As with service agreements, the Performance Framework plays an important role in setting expectations that LHDs are held accountable for the outcomes they achieve by the transparent reporting of their performance.
The Health Performance Framework could be made more comprehensive, clear, and practical
While the Performance Framework has contributed to a cultural shift in attitudes around accountability and transparency, it would be consistent with a maturing system to address several significant issues with its content, structure and operation.
First, the Performance Framework does not appear to fully reflect developments in the performance monitoring and reporting environment. It does not mention the Emergency Treatment Performance (ETP) Watch List or Elective Surgery Access Performance (ESAP) Performance Monitoring and Recovery Support Program.15
It also does not reference any additional performance monitoring conducted in real-time for Transfer of Care, nor the reporting done annually by LHDs for their quality and safety accounts.
These omissions mean that the Performance Framework is not accurately reflecting all the performance reporting that is performed, nor showing how (or if) this reporting fit together in a cohesive and comprehensive reporting environment.
Second, there is considerable scope to more clearly explain how the elements of the Performance Framework come together. For example, on page 4 of the Performance Framework document, there is a list of nine dot points introduced by the sentence 'The operation of the framework involves'. It is unclear if the dot points are intended to reflect a logical step by step process or a statement of objectives.
Similarly, the relationship is unclear between the eight 'criteria' for performance concerns on page 7 and the indicators of a 'health service's overall performance' on page 8 of the Performance Framework document.
Third, the Performance Framework appears to rely heavily on subjectivity and judgment for what are essentially forms of regulatory decisions. This is a weakness common to most health performance frameworks in Australia. This is discussed further below in Section 3.3. Notably, the Framework does not specify decision-makers – given these decisions come with considerable discretion on the part of the decision-maker, it is important to specify who has this responsibility.
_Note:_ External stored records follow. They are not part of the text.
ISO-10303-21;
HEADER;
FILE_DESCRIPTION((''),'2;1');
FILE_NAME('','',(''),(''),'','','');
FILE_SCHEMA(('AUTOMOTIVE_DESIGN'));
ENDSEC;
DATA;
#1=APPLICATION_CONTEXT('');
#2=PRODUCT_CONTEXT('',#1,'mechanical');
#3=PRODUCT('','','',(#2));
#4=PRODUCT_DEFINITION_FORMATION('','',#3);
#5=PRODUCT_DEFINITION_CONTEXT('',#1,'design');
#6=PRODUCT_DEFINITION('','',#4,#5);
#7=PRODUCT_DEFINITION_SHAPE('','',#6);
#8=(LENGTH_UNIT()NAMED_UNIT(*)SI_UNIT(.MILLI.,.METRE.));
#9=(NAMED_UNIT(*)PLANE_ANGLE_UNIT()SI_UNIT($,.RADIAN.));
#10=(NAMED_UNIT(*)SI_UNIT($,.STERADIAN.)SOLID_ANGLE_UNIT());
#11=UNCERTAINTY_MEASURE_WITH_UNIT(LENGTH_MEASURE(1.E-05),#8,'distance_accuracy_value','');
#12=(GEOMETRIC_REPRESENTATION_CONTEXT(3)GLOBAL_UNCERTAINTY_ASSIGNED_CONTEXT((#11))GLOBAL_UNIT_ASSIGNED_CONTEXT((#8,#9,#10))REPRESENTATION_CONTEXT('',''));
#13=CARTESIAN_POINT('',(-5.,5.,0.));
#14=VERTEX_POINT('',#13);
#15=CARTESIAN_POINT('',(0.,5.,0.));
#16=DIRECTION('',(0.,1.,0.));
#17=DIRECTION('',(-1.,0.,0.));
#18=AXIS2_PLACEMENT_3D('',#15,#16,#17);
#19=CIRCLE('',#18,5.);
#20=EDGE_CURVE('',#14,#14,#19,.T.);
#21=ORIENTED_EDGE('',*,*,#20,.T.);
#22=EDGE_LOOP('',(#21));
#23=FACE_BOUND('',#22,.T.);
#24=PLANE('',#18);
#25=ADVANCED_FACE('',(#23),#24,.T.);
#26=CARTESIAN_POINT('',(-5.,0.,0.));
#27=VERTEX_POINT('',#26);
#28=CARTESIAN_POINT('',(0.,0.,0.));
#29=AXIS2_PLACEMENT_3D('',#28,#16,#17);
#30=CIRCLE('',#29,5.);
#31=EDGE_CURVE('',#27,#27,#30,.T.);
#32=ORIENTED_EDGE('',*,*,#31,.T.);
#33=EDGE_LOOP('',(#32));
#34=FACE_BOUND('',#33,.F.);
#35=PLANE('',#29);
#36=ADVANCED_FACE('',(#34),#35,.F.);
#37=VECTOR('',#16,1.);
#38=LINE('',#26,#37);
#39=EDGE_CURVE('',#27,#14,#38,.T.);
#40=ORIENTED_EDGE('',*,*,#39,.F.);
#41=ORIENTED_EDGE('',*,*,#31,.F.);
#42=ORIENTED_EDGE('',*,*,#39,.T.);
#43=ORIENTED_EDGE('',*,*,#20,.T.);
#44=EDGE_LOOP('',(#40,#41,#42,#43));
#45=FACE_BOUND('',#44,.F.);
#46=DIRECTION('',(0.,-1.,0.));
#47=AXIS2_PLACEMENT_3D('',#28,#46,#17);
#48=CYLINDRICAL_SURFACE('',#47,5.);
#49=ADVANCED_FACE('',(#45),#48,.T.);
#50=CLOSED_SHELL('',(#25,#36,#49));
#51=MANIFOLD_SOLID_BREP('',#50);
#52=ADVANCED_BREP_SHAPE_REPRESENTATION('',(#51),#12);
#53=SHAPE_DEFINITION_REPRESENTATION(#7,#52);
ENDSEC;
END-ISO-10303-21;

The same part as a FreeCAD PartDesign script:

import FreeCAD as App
import Part
import Sketcher
from FreeCAD import Vector

doc = App.newDocument("Part")
body = doc.addObject("PartDesign::Body", "Body")

# Sketch on XZ plane
sketch1 = doc.addObject("Sketcher::SketchObject", "Sketch")
body.addObject(sketch1)
sketch1.AttachmentSupport = (doc.XZ_Plane, [""])
sketch1.MapMode = "FlatFace"
sketch1.addGeometry(Part.Circle(Vector(0, 0, 0), Vector(0, 0, 1), 5), False)
sketch1.addConstraint(Sketcher.Constraint("Coincident", 0, 3, -1, 1))
sketch1.addConstraint(Sketcher.Constraint("Diameter", 0, 10.0))
pad1 = doc.addObject("PartDesign::Pad", "Pad")
body.addObject(pad1)
pad1.Profile = sketch1
pad1.Length = 5
pad1.Reversed = True

doc.recompute()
Sharing good practice – closing the loop
While the Performance Framework provides a mechanism to identify good 'performance' in LHDs, there is less focus on identifying and sharing good 'practice'. Agencies like the ACI and CEC are generally well-regarded for their efforts in disseminating good practice from their priority areas, but it is harder for LHDs to elevate and share good practices beyond their own borders – indeed, the audit came across examples of good practice in individual hospitals that had not even been shared within the same LHD.
The Health Performance Framework mentions sharing good practice, but does not set out any mechanism – nor link to any mechanism – that would do this. The monthly or quarterly performance interactions do not include actively seeking feedback from high-performing LHDs on their good practice – even in monthly reporting letters where LHDs were recognised for 'excellent' performance, there was no enquiry about the good practice that was driving that excellence. The NSW Health annual awards provide important recognition to LHDs that perform well, and may offer some opportunity to increase awareness of good performance, though any sharing is likely to be opportunistic.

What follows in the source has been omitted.